Native code from Oberon

Copyright © 2024 J. M. Spivey
Jump to navigation Jump to search

I have an Oberon compiler that targets a portable bytecode, and a native-code compiler for a small Pascal-like language that uses a similar language of instructions to the bytecode for its tree-based IR. It would be nice to combine the two to make a native code compiler for Oberon, targeting (perhaps) the ARM or maybe the Thumb variant of ARM.

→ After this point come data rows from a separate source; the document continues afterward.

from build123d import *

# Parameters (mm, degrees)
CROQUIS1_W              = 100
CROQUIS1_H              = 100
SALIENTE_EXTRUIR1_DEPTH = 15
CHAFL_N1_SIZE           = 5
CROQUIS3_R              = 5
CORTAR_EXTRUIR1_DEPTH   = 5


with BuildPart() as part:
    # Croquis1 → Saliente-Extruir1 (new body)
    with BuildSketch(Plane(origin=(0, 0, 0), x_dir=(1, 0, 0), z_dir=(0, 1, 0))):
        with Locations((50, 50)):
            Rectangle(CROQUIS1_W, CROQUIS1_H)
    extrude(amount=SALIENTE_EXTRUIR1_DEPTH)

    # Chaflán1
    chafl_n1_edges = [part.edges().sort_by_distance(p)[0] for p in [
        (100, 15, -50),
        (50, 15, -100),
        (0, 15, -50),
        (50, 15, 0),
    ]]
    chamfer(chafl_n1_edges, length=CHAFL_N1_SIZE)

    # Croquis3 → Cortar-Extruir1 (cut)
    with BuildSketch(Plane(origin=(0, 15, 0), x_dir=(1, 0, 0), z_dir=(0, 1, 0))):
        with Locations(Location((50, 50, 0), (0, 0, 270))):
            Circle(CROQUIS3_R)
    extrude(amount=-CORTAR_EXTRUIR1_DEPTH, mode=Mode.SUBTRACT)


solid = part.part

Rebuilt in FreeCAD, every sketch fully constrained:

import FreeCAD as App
import Part
import Sketcher

V = App.Vector
Q = App.Units.Quantity


def edges_at(feature, points):
    """Names of the edges that pass closest to the given points."""
    edges = feature.Shape.Edges
    near = lambda p: min(range(len(edges)), key=lambda i: edges[i].distToShape(Part.Vertex(*p))[0])
    return sorted({f"Edge{near(p) + 1}" for p in points})

doc = App.newDocument("Part")
body = doc.addObject("PartDesign::Body", "Body")

# Sketch on XZ plane
sketch1 = body.newObject("Sketcher::SketchObject", "Sketch")
sketch1.AttachmentSupport = (doc.getObject("XZ_Plane"), [""])
sketch1.MapMode = "FlatFace"
sketch1.addGeometry([
    Part.LineSegment(V(0, -100, 0), V(0, 0, 0)),
    Part.LineSegment(V(0, 0, 0), V(100, 0, 0)),
    Part.LineSegment(V(100, 0, 0), V(100, -100, 0)),
    Part.LineSegment(V(100, -100, 0), V(0, -100, 0)),
], False)
sketch1.addConstraint([
    Sketcher.Constraint("Coincident", 0, 2, 1, 1),
    Sketcher.Constraint("Coincident", 1, 2, 2, 1),
    Sketcher.Constraint("Coincident", 2, 2, 3, 1),
    Sketcher.Constraint("Coincident", 3, 2, 0, 1),
    Sketcher.Constraint("Vertical", 0),
    Sketcher.Constraint("Horizontal", 1),
    Sketcher.Constraint("Vertical", 2),
    Sketcher.Constraint("Horizontal", 3),
    Sketcher.Constraint("Coincident", 0, 2, -1, 1),
    Sketcher.Constraint("Equal", 3, 0),
    Sketcher.Constraint("DistanceX", 1, 1, 1, 2, Q("100 mm")),
])
pad1 = body.newObject("PartDesign::Pad", "Pad")
pad1.Profile = sketch1
pad1.Length = 15
pad1.Reversed = True
doc.recompute()

chamfer = body.newObject("PartDesign::Chamfer", "Chamfer")
chamfer.Base = (pad1, edges_at(pad1, [
    (100, 15, -50),
    (50, 15, -100),
    (0, 15, -50),
    (50, 15, 0),
]))
chamfer.Size = 5

# Sketch on XZ plane
sketch2 = body.newObject("Sketcher::SketchObject", "Sketch001")
sketch2.AttachmentSupport = (doc.getObject("XZ_Plane"), [""])
sketch2.MapMode = "FlatFace"
sketch2.AttachmentOffset = App.Placement(V(0, 0, -15), App.Rotation())
sketch2.addGeometry(Part.Circle(V(50, -50, 0), V(0, 0, 1), 5), False)
sketch2.addConstraint([
    Sketcher.Constraint("Diameter", 0, Q("10 mm")),
    Sketcher.Constraint("DistanceX", -1, 1, 0, 3, Q("50 mm")),
    Sketcher.Constraint("DistanceY", 0, 3, -1, 1, Q("50 mm")),
])
pocket1 = body.newObject("PartDesign::Pocket", "Pocket")
pocket1.Profile = sketch2
pocket1.Length = 5
pocket1.Reversed = True

doc.recompute()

Actually, there's the native code compiler used for the course, and also an extended, multi-target compiler that contains partial solutions for at least some of the issues listed below.

Issues

  • Garbage collection
    • The front end must provide information that lets the back end produce a map of where pointers are located at runtime, including the temps that are live at each call site.
    • If pointer temps can live only in callee-save registers across a call, we can simplify matters by providing a register map at each call site, and making the callee save (all) registers in a fixed layout.
    • Or we could use the Boehm collector, or no collector at all.
  • Floating point
    • Floating point registers are disjoint from integer registers, so the naive treatment of register allocation in the native compiler will have to be extended a bit. Mostly we can use context to decide which registers to use for each expression, but we'll have to deal with the embarrassing situation where a value is in a float register but needed in an integer register, or vice-versa.
    • We'll need to respect the calling convention of the target if float arguments are supposed to be passed in floating-point registers.
  • Short-cicuit conditions and method calls
    • The source language may require all boolean expressions to be short-circuit, regardless of context; implementing this may entail allowing straight-line temps at an earlier stage than at present.
    • Method calls use the receiver twice: once for the method lookup, and again for the self parameter. This can also be implemented using a temp, but it's tidier if the temp is allocated the first argument register. Perhaps its easiest to have a special tree op for this.
    • Also bounds checks for dynamically allocated arrays – look for places in the postfix code generator where DUP is used.